WHAT YOU WILL DO | Your response should be every line from the entries that includes the string "amount".

INPUT DATA |
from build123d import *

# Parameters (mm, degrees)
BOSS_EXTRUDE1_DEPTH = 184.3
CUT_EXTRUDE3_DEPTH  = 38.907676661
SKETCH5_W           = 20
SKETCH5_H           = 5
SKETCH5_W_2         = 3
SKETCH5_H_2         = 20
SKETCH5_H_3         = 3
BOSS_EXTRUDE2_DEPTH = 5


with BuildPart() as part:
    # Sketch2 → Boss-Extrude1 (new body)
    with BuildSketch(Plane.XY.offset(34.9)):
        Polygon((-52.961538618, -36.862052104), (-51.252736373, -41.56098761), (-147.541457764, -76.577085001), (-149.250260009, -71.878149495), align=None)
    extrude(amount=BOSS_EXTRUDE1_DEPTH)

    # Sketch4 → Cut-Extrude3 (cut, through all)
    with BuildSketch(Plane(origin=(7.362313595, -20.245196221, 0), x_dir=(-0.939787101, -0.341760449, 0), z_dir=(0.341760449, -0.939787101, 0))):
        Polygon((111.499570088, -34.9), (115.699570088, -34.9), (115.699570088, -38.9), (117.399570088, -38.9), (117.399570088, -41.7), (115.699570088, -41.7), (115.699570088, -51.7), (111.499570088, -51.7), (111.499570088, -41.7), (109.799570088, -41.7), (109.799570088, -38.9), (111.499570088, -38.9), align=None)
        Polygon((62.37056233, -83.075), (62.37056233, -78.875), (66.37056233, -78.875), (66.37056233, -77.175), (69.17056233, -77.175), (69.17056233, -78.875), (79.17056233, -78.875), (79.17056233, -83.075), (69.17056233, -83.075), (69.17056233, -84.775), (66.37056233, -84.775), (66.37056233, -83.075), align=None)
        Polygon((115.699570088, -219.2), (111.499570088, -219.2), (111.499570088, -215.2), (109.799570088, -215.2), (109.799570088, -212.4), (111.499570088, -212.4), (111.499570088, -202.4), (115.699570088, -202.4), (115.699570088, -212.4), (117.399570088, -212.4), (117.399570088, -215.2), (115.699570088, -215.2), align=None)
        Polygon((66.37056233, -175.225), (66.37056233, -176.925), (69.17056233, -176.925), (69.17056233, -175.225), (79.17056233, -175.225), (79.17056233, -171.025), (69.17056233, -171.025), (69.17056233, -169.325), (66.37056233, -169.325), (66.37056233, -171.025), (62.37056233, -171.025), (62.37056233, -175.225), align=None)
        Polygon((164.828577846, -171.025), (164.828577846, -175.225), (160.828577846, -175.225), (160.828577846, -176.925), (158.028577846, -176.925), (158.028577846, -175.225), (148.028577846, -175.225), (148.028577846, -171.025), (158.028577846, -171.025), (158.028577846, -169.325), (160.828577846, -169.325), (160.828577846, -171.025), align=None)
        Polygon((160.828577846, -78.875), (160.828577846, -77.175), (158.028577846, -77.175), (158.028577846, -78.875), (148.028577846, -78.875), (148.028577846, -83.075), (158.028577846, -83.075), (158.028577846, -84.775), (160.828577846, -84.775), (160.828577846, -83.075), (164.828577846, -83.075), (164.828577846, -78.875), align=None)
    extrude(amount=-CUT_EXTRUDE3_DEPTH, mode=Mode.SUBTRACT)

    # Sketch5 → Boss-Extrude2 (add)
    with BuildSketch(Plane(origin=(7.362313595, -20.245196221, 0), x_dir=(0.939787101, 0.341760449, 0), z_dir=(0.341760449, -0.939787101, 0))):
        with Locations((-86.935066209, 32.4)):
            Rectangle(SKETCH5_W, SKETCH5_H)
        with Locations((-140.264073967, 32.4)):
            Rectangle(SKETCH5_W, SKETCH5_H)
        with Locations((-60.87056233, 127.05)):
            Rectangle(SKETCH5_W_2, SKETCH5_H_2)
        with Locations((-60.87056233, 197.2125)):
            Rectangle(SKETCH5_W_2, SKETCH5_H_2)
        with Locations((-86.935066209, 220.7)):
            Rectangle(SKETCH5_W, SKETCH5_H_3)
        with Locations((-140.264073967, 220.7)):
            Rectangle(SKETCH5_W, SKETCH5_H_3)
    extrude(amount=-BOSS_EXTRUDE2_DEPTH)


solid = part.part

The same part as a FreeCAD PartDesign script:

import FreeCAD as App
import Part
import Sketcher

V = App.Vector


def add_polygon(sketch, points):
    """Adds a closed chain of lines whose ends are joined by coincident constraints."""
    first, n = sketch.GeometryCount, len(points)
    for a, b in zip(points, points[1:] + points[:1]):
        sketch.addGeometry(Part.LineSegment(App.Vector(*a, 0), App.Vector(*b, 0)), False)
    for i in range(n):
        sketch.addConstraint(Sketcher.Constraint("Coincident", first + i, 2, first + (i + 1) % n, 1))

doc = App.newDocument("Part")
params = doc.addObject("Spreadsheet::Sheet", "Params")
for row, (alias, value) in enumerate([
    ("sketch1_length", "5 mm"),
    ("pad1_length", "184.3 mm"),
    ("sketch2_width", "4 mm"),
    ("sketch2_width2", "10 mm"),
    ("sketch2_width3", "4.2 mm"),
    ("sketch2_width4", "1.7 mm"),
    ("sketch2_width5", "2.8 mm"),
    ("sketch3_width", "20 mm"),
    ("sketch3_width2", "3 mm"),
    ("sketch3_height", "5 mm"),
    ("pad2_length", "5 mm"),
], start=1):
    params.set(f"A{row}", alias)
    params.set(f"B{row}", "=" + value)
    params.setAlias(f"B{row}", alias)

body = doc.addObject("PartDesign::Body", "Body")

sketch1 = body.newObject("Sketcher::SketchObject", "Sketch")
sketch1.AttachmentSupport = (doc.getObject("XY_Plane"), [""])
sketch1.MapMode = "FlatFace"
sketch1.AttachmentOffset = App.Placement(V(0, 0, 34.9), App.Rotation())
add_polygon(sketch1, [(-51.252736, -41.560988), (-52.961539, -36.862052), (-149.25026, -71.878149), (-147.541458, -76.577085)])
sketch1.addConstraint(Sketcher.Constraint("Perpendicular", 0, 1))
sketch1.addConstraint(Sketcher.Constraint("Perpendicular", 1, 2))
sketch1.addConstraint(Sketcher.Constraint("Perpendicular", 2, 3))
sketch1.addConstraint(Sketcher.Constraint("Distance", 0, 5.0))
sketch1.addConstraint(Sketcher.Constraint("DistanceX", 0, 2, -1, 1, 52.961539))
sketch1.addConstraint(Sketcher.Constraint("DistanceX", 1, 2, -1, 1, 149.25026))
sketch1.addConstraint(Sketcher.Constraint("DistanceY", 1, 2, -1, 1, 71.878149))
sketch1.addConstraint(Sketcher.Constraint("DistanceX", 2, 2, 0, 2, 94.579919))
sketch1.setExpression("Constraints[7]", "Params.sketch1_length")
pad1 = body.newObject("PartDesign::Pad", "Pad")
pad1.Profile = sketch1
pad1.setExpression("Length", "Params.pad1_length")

...

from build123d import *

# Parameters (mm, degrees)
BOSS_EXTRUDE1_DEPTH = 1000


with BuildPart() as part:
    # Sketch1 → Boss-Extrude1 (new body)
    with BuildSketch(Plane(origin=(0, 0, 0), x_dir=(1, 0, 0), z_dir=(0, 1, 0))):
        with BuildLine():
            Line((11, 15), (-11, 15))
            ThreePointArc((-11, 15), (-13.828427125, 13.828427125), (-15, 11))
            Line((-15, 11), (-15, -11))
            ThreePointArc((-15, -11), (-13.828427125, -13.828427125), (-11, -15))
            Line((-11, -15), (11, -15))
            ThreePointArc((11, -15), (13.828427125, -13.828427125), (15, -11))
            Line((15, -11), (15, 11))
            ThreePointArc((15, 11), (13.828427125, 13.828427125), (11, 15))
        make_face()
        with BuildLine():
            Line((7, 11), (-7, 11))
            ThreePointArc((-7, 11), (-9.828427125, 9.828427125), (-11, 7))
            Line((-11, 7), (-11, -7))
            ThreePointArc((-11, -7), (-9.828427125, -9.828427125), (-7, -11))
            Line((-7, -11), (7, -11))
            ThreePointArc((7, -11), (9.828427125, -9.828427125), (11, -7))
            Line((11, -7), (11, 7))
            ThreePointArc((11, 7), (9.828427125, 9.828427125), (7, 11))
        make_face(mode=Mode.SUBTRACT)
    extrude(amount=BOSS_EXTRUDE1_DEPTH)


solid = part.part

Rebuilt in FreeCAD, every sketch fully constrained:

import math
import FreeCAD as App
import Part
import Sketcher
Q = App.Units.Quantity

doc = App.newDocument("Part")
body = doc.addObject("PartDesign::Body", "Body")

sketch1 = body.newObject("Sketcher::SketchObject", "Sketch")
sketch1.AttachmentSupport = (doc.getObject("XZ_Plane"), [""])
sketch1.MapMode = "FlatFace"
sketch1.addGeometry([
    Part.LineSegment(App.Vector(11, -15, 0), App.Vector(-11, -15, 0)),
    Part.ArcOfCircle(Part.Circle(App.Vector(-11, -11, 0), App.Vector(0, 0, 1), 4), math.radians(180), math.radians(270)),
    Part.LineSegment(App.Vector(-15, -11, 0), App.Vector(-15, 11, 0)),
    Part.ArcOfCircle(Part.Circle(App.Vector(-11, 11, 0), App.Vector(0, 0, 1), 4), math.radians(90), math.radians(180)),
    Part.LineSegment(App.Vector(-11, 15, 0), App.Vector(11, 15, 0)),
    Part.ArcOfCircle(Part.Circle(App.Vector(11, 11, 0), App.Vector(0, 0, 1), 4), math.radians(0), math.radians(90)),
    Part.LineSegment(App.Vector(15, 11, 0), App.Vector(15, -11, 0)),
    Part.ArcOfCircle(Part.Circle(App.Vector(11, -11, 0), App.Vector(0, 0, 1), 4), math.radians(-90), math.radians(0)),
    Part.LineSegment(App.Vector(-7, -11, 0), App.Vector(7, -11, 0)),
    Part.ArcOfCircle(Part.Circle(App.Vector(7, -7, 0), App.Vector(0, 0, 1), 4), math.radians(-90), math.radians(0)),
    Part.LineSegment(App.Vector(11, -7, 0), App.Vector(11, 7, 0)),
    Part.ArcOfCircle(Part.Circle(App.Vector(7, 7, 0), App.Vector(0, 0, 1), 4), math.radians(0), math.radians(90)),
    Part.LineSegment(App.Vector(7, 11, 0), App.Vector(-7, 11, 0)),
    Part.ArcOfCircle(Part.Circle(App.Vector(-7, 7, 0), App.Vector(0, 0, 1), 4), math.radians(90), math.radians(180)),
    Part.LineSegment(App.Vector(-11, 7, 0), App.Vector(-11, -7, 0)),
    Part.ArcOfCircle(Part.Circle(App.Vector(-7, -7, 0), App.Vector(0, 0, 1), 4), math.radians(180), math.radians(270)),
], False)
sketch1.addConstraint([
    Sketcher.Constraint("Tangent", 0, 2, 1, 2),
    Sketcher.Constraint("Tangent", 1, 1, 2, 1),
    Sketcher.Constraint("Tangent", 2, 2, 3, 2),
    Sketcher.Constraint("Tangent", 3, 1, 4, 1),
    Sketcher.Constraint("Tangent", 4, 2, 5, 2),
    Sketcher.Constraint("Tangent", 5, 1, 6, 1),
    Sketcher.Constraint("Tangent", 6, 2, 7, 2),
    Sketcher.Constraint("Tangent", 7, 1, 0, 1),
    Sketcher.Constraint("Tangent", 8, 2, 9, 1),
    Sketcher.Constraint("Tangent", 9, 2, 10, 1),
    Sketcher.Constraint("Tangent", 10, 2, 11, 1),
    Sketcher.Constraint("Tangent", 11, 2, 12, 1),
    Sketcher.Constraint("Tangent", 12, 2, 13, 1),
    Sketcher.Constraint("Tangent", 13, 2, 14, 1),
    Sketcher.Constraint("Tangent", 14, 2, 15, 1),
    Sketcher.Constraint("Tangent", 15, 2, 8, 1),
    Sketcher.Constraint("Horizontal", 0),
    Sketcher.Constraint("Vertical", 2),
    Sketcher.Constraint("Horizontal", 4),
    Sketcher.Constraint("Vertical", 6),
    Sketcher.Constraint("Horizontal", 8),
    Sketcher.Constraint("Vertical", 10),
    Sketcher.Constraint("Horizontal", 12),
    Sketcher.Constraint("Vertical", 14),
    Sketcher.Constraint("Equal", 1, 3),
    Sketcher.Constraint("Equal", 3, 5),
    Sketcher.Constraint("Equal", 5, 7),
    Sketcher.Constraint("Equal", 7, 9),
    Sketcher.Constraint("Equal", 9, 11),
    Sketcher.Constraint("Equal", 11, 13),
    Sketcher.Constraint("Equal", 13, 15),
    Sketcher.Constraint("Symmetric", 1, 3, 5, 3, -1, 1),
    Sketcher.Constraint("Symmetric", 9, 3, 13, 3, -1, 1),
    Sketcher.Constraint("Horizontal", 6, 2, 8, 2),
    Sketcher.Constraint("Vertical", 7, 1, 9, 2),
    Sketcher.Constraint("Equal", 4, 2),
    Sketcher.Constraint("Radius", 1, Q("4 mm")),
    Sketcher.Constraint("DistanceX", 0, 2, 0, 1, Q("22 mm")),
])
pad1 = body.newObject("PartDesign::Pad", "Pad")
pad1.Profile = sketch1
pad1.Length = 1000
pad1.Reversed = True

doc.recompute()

RESPONSE FOR THIS EXERCISE |
    extrude(amount=BOSS_EXTRUDE1_DEPTH)
    extrude(amount=-CUT_EXTRUDE3_DEPTH, mode=Mode.SUBTRACT)
    extrude(amount=-BOSS_EXTRUDE2_DEPTH)
    extrude(amount=BOSS_EXTRUDE1_DEPTH)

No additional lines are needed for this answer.